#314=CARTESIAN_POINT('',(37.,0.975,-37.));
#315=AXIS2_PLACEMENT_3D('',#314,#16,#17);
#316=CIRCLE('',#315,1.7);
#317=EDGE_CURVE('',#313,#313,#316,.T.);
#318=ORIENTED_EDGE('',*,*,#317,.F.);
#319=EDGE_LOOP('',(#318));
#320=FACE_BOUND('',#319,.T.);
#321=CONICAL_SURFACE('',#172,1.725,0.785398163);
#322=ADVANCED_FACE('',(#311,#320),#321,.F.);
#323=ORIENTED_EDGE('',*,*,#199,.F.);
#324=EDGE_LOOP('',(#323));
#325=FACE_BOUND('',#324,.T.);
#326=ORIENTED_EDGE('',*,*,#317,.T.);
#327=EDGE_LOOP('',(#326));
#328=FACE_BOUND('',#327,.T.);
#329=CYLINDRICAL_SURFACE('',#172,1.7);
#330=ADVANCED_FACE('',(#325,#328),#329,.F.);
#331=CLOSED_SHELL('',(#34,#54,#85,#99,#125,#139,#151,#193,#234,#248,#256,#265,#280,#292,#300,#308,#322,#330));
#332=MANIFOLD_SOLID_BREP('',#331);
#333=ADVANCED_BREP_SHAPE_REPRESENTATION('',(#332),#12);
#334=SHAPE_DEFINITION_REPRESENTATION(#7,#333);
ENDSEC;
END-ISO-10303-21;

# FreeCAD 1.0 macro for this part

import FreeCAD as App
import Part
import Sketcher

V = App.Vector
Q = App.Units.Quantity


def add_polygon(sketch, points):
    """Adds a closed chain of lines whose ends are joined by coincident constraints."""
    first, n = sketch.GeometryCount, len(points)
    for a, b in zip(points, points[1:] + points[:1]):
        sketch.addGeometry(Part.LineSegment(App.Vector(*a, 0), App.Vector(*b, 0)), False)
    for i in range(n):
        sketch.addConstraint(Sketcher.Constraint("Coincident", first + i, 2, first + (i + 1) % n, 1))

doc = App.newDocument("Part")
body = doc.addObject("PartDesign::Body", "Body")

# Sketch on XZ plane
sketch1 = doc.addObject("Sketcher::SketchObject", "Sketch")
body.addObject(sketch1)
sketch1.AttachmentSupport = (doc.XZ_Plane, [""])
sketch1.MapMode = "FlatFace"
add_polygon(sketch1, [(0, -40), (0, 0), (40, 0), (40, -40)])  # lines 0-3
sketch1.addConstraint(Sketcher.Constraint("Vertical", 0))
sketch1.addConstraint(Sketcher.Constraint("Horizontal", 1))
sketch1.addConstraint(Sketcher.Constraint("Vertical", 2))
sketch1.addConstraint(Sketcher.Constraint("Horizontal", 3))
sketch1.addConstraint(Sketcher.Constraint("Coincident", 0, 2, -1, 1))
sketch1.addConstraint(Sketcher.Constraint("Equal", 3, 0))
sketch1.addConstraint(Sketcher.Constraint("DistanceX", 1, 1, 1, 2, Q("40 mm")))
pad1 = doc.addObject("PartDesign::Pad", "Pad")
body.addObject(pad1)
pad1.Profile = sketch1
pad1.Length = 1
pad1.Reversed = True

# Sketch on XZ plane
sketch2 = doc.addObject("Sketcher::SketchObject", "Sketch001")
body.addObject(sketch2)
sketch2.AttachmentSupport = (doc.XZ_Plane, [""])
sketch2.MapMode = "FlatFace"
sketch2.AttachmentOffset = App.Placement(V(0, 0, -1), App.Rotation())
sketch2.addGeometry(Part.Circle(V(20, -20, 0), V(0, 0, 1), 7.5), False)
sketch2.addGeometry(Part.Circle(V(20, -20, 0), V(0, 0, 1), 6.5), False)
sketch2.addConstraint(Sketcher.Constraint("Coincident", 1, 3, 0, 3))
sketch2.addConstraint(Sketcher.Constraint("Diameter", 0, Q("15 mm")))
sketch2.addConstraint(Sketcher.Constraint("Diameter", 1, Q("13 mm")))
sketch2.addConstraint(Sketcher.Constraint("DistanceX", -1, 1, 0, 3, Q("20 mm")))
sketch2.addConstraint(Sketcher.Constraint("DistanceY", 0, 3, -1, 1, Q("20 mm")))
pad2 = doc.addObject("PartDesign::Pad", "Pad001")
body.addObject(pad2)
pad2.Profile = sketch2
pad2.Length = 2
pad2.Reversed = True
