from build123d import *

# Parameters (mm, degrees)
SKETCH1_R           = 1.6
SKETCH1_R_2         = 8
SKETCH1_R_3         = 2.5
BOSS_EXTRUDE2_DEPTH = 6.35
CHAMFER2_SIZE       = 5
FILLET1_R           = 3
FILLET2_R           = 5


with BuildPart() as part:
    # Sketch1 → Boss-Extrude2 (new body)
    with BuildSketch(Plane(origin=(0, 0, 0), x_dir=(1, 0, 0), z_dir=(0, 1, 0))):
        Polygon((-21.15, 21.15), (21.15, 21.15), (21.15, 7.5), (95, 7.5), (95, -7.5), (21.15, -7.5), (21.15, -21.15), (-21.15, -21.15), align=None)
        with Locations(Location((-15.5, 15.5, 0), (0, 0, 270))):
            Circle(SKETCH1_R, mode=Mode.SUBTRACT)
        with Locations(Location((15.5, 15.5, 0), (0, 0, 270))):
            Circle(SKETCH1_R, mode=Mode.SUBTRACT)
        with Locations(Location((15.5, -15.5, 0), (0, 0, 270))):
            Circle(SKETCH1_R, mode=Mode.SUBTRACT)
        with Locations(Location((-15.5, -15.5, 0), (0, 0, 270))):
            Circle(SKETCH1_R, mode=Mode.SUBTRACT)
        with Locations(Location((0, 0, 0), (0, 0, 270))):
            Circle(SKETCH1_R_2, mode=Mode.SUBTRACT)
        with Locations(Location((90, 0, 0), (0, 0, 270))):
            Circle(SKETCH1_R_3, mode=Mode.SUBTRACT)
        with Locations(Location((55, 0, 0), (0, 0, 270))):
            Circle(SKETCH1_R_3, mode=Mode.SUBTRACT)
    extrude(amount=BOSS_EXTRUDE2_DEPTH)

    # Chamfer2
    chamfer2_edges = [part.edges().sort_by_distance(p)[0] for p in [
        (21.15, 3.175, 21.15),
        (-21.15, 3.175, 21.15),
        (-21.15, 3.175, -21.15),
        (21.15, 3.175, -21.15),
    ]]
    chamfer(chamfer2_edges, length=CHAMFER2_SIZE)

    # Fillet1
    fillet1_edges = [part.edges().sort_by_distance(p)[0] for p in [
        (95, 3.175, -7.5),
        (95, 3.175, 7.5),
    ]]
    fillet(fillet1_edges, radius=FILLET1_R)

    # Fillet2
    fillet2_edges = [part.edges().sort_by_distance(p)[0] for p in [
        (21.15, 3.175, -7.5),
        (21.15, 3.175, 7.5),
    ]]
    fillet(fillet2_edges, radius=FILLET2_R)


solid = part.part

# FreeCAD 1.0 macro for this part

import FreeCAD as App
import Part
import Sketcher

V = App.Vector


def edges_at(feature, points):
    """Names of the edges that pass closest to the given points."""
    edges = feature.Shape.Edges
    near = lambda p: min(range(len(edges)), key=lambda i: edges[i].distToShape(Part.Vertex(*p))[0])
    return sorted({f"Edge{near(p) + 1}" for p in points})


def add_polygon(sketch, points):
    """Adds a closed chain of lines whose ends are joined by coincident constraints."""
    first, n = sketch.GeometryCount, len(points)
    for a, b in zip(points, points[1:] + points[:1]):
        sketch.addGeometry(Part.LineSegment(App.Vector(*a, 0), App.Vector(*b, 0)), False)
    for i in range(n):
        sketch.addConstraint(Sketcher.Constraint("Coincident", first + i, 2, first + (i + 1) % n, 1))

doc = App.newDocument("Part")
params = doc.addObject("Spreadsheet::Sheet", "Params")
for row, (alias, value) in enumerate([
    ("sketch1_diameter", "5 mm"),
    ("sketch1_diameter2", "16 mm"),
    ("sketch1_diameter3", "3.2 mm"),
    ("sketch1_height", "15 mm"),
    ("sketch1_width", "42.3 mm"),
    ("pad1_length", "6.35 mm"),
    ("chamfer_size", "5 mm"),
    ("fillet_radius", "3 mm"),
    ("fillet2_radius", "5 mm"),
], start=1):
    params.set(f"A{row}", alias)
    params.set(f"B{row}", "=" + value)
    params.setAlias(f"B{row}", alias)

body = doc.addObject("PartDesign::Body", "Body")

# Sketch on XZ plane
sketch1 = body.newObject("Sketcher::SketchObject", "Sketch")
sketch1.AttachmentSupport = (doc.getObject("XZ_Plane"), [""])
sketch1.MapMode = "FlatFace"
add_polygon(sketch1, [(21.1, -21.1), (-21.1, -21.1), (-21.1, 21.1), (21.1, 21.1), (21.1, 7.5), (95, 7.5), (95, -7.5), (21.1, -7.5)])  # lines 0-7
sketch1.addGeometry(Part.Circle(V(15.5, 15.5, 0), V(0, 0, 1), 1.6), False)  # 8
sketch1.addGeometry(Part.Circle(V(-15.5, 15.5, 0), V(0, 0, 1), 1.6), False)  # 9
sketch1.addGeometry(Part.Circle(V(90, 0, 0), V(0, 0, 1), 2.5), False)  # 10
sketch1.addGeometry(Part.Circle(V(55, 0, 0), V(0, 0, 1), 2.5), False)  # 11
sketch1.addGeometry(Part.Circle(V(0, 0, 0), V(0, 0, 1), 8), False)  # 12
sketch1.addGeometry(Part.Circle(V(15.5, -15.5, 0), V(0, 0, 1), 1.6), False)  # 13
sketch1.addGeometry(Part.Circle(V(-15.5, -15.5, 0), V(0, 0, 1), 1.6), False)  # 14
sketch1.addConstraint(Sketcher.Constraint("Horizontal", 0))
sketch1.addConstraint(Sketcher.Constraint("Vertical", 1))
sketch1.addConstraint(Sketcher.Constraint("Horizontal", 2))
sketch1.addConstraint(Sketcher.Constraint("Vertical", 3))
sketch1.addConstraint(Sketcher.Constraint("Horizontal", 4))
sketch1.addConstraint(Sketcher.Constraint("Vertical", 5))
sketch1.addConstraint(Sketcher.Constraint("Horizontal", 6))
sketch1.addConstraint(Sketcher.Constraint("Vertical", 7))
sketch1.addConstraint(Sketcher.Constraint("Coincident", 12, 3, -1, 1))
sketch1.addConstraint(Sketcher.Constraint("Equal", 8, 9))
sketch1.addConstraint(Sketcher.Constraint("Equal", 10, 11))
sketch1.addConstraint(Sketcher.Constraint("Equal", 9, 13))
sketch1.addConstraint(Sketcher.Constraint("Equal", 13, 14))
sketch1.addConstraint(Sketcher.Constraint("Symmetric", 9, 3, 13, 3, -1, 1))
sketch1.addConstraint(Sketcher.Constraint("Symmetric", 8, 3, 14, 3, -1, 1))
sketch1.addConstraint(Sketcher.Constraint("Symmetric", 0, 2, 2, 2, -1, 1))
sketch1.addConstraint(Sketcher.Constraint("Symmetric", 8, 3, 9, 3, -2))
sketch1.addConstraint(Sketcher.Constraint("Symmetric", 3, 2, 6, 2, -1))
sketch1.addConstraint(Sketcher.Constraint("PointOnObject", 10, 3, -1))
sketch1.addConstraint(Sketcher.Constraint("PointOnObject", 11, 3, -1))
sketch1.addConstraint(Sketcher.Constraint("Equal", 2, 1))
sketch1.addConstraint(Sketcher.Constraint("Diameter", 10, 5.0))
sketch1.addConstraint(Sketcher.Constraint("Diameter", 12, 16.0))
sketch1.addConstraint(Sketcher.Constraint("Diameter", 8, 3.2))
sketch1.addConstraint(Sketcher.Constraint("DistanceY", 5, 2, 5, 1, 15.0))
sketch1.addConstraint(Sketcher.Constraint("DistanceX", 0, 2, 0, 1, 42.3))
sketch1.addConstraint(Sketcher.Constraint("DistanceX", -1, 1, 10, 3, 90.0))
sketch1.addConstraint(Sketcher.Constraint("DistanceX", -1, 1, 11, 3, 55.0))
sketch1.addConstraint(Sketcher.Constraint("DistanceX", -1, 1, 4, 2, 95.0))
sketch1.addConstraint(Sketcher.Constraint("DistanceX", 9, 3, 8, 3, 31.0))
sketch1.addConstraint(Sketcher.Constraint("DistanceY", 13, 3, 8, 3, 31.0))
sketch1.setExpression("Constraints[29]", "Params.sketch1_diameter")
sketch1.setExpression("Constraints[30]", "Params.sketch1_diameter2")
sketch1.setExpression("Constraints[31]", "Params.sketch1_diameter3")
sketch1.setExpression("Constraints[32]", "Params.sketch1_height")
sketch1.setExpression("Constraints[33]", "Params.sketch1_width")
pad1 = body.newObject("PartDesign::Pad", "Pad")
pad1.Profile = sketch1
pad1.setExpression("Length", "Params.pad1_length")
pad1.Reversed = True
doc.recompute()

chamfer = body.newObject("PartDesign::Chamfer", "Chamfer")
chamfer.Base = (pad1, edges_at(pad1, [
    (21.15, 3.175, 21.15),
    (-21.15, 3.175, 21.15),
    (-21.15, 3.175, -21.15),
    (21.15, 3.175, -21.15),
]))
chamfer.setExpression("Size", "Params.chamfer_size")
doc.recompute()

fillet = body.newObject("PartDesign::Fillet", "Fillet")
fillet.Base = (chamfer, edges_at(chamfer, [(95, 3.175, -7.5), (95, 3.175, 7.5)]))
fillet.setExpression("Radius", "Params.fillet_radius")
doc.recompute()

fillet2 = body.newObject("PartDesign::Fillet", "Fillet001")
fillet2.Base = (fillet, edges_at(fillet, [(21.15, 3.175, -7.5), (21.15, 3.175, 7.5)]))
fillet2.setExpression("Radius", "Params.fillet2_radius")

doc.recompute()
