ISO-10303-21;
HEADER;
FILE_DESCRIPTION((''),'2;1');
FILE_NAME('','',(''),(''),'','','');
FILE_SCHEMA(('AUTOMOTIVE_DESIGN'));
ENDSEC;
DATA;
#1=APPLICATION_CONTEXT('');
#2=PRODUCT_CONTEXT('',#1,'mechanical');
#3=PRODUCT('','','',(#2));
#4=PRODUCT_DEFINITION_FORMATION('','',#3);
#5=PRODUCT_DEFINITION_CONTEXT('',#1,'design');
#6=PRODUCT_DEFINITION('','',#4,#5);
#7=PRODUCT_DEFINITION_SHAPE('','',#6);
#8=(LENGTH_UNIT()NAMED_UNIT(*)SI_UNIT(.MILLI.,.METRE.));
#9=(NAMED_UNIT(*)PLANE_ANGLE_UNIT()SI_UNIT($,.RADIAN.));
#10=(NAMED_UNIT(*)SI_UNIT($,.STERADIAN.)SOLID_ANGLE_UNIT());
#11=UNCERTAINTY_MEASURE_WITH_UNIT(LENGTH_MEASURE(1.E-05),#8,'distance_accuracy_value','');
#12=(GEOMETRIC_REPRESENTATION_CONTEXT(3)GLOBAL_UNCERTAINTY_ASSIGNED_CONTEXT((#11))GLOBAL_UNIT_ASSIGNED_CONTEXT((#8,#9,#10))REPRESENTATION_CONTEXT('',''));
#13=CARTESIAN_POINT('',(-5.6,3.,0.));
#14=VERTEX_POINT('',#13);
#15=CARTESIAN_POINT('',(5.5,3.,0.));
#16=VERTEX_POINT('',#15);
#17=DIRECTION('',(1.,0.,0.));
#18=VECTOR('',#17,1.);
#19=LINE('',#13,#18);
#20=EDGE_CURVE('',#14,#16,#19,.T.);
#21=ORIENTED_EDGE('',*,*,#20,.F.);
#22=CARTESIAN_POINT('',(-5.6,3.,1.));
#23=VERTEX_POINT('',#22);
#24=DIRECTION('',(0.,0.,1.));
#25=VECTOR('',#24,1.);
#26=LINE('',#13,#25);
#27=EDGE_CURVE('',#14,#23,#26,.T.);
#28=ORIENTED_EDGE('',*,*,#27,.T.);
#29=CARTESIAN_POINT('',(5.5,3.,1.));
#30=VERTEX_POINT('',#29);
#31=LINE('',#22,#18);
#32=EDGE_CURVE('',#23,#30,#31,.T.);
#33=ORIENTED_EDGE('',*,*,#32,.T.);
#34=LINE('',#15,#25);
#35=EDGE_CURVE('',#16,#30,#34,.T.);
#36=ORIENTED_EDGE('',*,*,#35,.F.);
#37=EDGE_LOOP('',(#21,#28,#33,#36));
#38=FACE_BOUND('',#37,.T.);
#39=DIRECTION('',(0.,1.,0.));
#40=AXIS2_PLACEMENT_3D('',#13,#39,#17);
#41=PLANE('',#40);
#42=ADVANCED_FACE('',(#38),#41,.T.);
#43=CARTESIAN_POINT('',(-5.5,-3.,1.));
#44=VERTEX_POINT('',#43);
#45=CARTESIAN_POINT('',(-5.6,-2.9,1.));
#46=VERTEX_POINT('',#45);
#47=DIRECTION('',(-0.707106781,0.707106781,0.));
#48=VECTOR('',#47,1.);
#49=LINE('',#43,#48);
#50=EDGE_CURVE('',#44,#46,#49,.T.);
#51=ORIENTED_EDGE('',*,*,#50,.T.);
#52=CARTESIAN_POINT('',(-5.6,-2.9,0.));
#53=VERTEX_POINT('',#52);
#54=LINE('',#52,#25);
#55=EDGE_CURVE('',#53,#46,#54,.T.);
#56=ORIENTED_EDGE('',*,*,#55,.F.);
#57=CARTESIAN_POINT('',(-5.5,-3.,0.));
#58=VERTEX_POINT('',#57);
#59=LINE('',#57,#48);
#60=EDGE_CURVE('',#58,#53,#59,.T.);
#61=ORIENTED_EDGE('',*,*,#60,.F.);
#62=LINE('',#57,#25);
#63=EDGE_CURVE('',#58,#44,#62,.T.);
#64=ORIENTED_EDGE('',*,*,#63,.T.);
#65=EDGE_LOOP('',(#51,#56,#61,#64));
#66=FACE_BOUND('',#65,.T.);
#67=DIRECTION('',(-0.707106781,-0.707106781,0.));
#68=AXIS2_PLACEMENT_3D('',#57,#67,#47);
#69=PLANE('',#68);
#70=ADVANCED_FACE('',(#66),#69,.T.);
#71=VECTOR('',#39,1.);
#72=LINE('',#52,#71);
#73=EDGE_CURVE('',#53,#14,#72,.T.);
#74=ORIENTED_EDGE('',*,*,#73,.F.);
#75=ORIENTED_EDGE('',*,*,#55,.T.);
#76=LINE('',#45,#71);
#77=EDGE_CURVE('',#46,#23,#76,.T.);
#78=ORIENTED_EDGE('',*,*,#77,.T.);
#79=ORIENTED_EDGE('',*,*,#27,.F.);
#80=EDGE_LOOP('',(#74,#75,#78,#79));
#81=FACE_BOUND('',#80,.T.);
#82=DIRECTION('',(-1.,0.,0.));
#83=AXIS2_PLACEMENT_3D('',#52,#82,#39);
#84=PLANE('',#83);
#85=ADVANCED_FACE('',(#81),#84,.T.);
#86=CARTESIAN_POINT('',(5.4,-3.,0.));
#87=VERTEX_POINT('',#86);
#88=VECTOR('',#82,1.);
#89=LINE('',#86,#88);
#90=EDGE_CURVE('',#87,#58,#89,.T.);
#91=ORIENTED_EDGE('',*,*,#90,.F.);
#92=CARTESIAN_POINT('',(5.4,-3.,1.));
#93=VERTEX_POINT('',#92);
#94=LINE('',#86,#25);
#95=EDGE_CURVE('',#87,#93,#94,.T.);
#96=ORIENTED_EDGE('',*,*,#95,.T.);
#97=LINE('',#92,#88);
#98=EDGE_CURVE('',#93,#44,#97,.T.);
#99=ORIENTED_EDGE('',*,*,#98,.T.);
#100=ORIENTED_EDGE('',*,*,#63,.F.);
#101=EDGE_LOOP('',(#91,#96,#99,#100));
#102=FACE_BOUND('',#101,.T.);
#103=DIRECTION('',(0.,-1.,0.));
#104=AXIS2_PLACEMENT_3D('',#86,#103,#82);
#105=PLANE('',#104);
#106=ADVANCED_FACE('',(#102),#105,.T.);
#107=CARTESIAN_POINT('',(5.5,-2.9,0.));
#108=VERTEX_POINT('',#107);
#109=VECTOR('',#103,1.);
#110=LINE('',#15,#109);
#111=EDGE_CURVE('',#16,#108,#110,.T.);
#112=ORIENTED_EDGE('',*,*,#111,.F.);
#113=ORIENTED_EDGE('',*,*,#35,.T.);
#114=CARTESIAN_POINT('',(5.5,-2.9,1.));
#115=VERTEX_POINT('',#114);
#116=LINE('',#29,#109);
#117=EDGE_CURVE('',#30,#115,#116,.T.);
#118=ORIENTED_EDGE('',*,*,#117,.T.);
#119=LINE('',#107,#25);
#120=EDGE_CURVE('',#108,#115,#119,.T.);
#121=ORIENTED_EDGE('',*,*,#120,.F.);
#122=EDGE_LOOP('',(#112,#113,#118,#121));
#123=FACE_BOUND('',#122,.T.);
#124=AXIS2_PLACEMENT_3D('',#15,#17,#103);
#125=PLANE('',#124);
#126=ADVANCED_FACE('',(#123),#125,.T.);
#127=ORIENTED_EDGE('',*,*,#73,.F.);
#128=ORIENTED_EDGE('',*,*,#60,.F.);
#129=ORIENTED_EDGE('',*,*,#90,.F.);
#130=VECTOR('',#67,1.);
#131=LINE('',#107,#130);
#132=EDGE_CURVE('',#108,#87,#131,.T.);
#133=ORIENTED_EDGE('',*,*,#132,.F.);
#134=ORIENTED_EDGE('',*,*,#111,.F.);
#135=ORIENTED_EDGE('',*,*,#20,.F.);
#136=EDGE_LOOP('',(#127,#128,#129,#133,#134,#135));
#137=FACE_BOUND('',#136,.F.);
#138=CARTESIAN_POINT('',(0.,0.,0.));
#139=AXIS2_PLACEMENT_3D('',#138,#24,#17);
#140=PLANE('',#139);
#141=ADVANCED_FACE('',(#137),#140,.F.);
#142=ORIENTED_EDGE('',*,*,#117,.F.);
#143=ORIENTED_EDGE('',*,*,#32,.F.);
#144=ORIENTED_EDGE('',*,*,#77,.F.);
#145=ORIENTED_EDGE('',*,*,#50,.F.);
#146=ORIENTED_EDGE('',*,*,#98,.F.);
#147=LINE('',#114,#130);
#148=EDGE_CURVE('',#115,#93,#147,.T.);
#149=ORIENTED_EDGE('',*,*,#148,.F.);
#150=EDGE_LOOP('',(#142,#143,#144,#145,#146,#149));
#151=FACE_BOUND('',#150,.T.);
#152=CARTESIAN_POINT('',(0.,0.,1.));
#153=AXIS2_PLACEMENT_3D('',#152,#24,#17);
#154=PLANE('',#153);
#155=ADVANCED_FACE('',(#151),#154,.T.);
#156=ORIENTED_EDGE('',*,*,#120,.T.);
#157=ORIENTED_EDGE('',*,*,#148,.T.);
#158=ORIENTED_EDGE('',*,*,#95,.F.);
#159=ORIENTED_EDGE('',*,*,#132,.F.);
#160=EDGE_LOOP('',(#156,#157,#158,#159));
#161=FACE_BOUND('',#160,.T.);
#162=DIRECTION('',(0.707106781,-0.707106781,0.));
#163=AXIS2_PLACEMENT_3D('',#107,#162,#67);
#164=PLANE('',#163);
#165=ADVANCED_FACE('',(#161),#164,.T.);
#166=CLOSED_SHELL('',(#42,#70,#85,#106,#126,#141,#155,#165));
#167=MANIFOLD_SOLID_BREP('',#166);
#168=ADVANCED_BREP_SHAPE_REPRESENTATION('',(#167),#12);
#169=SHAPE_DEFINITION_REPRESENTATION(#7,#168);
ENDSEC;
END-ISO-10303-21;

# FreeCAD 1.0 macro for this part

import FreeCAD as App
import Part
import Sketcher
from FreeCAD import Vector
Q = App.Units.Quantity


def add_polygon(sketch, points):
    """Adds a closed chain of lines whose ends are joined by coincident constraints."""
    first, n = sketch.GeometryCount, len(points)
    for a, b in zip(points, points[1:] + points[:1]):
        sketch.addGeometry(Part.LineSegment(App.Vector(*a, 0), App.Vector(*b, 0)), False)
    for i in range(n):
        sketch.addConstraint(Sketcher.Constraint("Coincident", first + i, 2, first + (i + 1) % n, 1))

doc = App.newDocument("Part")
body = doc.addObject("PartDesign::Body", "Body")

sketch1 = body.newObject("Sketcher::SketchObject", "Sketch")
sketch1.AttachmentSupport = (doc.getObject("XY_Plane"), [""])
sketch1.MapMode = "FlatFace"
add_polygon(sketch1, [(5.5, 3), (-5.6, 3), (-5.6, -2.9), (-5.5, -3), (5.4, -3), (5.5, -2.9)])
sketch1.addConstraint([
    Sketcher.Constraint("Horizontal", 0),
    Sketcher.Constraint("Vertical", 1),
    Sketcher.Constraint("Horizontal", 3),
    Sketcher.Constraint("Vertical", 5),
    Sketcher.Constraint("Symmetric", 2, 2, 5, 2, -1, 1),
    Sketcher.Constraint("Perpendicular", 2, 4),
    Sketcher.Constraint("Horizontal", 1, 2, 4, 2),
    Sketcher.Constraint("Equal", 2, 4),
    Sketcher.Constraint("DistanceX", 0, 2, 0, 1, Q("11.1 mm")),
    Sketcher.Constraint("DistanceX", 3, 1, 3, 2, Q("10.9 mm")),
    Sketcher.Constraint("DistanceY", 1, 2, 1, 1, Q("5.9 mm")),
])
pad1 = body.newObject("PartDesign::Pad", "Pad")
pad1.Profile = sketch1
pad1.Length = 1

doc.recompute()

**TASK TO CARRY OUT**
With the line holding "#72=LINE('',#52,#71);" as the first and the line holding "#131=LINE('',#107,#130);" as the last, please transcribe exactly the lines of the material above in that range and nothing else.

**RESULT OF THIS TASK**
#72=LINE('',#52,#71);
#73=EDGE_CURVE('',#53,#14,#72,.T.);
#74=ORIENTED_EDGE('',*,*,#73,.F.);
#75=ORIENTED_EDGE('',*,*,#55,.T.);
#76=LINE('',#45,#71);
#77=EDGE_CURVE('',#46,#23,#76,.T.);
#78=ORIENTED_EDGE('',*,*,#77,.T.);
#79=ORIENTED_EDGE('',*,*,#27,.F.);
#80=EDGE_LOOP('',(#74,#75,#78,#79));
#81=FACE_BOUND('',#80,.T.);
#82=DIRECTION('',(-1.,0.,0.));
#83=AXIS2_PLACEMENT_3D('',#52,#82,#39);
#84=PLANE('',#83);
#85=ADVANCED_FACE('',(#81),#84,.T.);
#86=CARTESIAN_POINT('',(5.4,-3.,0.));
#87=VERTEX_POINT('',#86);
#88=VECTOR('',#82,1.);
#89=LINE('',#86,#88);
#90=EDGE_CURVE('',#87,#58,#89,.T.);
#91=ORIENTED_EDGE('',*,*,#90,.F.);
#92=CARTESIAN_POINT('',(5.4,-3.,1.));
#93=VERTEX_POINT('',#92);
#94=LINE('',#86,#25);
#95=EDGE_CURVE('',#87,#93,#94,.T.);
#96=ORIENTED_EDGE('',*,*,#95,.T.);
#97=LINE('',#92,#88);
#98=EDGE_CURVE('',#93,#44,#97,.T.);
#99=ORIENTED_EDGE('',*,*,#98,.T.);
#100=ORIENTED_EDGE('',*,*,#63,.F.);
#101=EDGE_LOOP('',(#91,#96,#99,#100));
#102=FACE_BOUND('',#101,.T.);
#103=DIRECTION('',(0.,-1.,0.));
#104=AXIS2_PLACEMENT_3D('',#86,#103,#82);
#105=PLANE('',#104);
#106=ADVANCED_FACE('',(#102),#105,.T.);
#107=CARTESIAN_POINT('',(5.5,-2.9,0.));
#108=VERTEX_POINT('',#107);
#109=VECTOR('',#103,1.);
#110=LINE('',#15,#109);
#111=EDGE_CURVE('',#16,#108,#110,.T.);
#112=ORIENTED_EDGE('',*,*,#111,.F.);
#113=ORIENTED_EDGE('',*,*,#35,.T.);
#114=CARTESIAN_POINT('',(5.5,-2.9,1.));
#115=VERTEX_POINT('',#114);
#116=LINE('',#29,#109);
#117=EDGE_CURVE('',#30,#115,#116,.T.);
#118=ORIENTED_EDGE('',*,*,#117,.T.);
#119=LINE('',#107,#25);
#120=EDGE_CURVE('',#108,#115,#119,.T.);
#121=ORIENTED_EDGE('',*,*,#120,.F.);
#122=EDGE_LOOP('',(#112,#113,#118,#121));
#123=FACE_BOUND('',#122,.T.);
#124=AXIS2_PLACEMENT_3D('',#15,#17,#103);
#125=PLANE('',#124);
#126=ADVANCED_FACE('',(#123),#125,.T.);
#127=ORIENTED_EDGE('',*,*,#73,.F.);
#128=ORIENTED_EDGE('',*,*,#60,.F.);
#129=ORIENTED_EDGE('',*,*,#90,.F.);
#130=VECTOR('',#67,1.);
#131=LINE('',#107,#130);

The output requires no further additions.